• _Task description_:
The answer should be one number only, namely how many lines of the records hold the word "solids".

[Stored items]
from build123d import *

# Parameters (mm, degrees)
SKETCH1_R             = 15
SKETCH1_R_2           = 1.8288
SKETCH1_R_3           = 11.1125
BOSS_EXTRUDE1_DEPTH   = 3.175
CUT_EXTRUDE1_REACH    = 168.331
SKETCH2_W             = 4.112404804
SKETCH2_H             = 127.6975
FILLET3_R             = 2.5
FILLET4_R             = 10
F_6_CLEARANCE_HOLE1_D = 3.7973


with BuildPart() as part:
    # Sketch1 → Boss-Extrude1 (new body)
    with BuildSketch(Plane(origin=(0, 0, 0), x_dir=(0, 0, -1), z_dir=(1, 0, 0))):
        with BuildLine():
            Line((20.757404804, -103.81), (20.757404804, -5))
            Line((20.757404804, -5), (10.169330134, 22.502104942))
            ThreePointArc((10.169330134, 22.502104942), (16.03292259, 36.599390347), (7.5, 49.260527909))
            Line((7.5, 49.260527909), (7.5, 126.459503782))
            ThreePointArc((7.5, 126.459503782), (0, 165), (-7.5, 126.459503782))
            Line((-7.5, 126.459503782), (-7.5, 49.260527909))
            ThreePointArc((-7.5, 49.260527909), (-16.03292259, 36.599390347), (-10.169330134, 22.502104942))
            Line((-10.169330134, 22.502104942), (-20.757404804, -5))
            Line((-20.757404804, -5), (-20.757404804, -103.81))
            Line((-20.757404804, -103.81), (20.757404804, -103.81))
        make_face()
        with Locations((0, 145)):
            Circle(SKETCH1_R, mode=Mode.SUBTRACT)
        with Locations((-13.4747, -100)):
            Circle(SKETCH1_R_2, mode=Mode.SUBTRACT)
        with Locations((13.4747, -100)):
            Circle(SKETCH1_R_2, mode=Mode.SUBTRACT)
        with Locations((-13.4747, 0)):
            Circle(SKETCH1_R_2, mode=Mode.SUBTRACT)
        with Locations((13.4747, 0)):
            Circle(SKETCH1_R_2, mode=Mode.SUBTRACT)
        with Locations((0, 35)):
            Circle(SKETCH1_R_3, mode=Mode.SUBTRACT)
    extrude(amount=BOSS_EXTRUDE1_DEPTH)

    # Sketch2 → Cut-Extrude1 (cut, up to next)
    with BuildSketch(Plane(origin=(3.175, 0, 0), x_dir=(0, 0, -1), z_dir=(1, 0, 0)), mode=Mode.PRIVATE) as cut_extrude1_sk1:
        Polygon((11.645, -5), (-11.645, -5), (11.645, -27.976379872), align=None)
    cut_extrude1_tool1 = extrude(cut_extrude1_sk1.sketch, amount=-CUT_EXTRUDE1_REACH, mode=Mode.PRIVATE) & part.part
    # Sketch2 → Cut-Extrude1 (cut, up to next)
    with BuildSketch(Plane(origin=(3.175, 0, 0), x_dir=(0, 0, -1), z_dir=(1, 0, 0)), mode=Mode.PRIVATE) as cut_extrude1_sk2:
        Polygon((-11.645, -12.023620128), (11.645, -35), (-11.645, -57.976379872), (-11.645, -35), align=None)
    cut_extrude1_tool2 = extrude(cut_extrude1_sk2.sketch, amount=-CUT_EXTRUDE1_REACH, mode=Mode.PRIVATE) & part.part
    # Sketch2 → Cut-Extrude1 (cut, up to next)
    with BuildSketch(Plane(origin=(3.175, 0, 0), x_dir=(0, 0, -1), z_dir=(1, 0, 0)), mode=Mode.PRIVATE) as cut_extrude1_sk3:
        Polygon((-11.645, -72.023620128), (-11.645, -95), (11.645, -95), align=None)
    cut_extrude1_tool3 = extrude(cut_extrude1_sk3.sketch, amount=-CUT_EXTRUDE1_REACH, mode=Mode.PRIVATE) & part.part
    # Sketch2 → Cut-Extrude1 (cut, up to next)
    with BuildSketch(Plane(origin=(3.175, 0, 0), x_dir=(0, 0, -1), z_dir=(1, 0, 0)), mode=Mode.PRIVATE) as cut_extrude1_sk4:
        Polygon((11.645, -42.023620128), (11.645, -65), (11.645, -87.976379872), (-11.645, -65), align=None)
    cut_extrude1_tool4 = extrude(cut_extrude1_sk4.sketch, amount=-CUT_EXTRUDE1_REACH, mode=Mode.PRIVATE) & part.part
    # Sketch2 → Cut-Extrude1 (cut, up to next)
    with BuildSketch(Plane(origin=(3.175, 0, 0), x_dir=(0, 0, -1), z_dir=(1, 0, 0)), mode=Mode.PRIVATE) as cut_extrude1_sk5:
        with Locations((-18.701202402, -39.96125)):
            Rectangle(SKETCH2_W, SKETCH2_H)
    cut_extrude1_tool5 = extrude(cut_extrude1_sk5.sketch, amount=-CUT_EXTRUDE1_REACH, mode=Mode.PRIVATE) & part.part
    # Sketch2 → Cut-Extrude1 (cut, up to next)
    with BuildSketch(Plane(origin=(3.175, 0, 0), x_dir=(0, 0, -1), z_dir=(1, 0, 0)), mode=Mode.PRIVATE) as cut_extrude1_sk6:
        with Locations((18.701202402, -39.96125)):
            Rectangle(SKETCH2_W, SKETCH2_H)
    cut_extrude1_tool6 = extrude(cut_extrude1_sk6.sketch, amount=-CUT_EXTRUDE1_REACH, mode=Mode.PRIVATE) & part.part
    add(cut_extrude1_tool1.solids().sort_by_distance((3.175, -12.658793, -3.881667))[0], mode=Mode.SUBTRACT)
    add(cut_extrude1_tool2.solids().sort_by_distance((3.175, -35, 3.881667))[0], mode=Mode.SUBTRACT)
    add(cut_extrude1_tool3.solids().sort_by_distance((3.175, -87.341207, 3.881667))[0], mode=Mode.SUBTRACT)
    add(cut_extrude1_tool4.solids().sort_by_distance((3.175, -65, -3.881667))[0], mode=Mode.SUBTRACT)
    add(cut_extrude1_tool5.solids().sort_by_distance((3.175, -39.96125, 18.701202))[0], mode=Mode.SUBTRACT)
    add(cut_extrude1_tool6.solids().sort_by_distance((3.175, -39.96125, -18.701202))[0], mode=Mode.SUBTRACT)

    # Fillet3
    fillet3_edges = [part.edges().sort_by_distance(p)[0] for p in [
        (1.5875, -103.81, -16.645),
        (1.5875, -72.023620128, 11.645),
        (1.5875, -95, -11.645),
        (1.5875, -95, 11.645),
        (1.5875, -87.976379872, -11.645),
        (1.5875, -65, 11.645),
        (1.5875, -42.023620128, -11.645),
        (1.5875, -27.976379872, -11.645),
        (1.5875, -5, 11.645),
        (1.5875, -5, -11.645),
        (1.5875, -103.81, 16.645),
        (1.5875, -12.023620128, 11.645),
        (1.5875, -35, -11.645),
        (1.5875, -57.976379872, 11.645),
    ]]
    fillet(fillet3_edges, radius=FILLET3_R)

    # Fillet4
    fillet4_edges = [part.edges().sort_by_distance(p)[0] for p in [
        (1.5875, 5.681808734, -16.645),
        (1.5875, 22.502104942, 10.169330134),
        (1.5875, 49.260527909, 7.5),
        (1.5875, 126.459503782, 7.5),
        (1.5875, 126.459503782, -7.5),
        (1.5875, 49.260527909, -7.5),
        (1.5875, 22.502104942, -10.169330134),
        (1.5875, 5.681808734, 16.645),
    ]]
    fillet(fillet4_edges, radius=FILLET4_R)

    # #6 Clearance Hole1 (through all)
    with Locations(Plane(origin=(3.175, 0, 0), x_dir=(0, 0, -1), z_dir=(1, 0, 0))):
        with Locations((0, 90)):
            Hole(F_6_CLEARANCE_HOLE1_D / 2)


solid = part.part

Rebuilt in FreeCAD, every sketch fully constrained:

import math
import FreeCAD as App
import Part
import Sketcher

V = App.Vector
Q = App.Units.Quantity


def edges_at(feature, points):
    """Names of the edges that pass closest to the given points."""
    edges = feature.Shape.Edges
    near = lambda p: min(range(len(edges)), key=lambda i: edges[i].distToShape(Part.Vertex(*p))[0])
    return sorted({f"Edge{near(p) + 1}" for p in points})

doc = App.newDocument("Part")
body = doc.addObject("PartDesign::Body", "Body")

# Sketch on YZ plane
sketch1 = body.newObject("Sketcher::SketchObject", "Sketch")
sketch1.AttachmentSupport = (doc.getObject("YZ_Plane"), [""])
sketch1.MapMode = "FlatFace"
sketch1.addGeometry([
    Part.LineSegment(V(-103.8, -20.8, 0), V(-5, -20.8, 0)),  # 0
    Part.LineSegment(V(-5, -20.8, 0), V(22.5, -10.2, 0)),  # 1
    Part.ArcOfCircle(Part.Circle(V(35, 0, 0), V(0, 0, 1), 16.1), math.radians(-141), math.radians(-28)),  # 2
    Part.LineSegment(V(49.3, -7.5, 0), V(126.5, -7.5, 0)),  # 3
    Part.ArcOfCircle(Part.Circle(V(145, 0, 0), V(0, 0, 1), 20), math.radians(-158), math.radians(158)),  # 4
    Part.LineSegment(V(126.5, 7.5, 0), V(49.3, 7.5, 0)),  # 5
    Part.ArcOfCircle(Part.Circle(V(35, 0, 0), V(0, 0, 1), 16.1), math.radians(28), math.radians(141)),  # 6
    Part.LineSegment(V(22.5, 10.2, 0), V(-5, 20.8, 0)),  # 7
    Part.LineSegment(V(-5, 20.8, 0), V(-103.8, 20.8, 0)),  # 8
    Part.LineSegment(V(-103.8, 20.8, 0), V(-103.8, -20.8, 0)),  # 9
    Part.Circle(V(-100, 13.5, 0), V(0, 0, 1), 1.8),  # 10
    Part.Circle(V(0, 13.5, 0), V(0, 0, 1), 1.8),  # 11
    Part.Circle(V(-100, -13.5, 0), V(0, 0, 1), 1.8),  # 12
    Part.Circle(V(0, -13.5, 0), V(0, 0, 1), 1.8),  # 13
    Part.Circle(V(35, 0, 0), V(0, 0, 1), 11.1),  # 14
    Part.Circle(V(145, 0, 0), V(0, 0, 1), 15),  # 15
], False)
sketch1.addConstraint([
    Sketcher.Constraint("Coincident", 0, 2, 1, 1),
    Sketcher.Constraint("Coincident", 1, 2, 2, 1),
    Sketcher.Constraint("Coincident", 2, 2, 3, 1),
    Sketcher.Constraint("Coincident", 3, 2, 4, 1),
    Sketcher.Constraint("Coincident", 4, 2, 5, 1),
    Sketcher.Constraint("Coincident", 5, 2, 6, 1),
    Sketcher.Constraint("Coincident", 6, 2, 7, 1),
    Sketcher.Constraint("Coincident", 7, 2, 8, 1),
    Sketcher.Constraint("Coincident", 8, 2, 9, 1),
    Sketcher.Constraint("Coincident", 9, 2, 0, 1),
    Sketcher.Constraint("Horizontal", 0),
    Sketcher.Constraint("Horizontal", 3),
    Sketcher.Constraint("Horizontal", 5),
    Sketcher.Constraint("Horizontal", 8),
    Sketcher.Constraint("Vertical", 9),
    Sketcher.Constraint("Coincident", 6, 3, 2, 3),
    Sketcher.Constraint("Coincident", 14, 3, 2, 3),
    Sketcher.Constraint("Coincident", 15, 3, 4, 3),
    Sketcher.Constraint("Equal", 2, 6),
    Sketcher.Constraint("Equal", 10, 11),
    Sketcher.Constraint("Equal", 11, 12),
    Sketcher.Constraint("Equal", 12, 13),
    Sketcher.Constraint("Symmetric", 11, 3, 13, 3, -1, 1),
    Sketcher.Constraint("Symmetric", 10, 3, 12, 3, -1),
    Sketcher.Constraint("Symmetric", 3, 2, 4, 2, -1),
    Sketcher.Constraint("Symmetric", 1, 2, 6, 2, -1),
    Sketcher.Constraint("Symmetric", 0, 2, 7, 2, -1),
    Sketcher.Constraint("PointOnObject", 11, 3, -2),
    Sketcher.Constraint("Horizontal", 10, 3, 11, 3),
    Sketcher.Constraint("Diameter", 15, Q("30 mm")),
    Sketcher.Constraint("Radius", 4, Q("20 mm")),
    Sketcher.Constraint("Diameter", 14, Q("22.225 mm")),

• _Task solution_:
6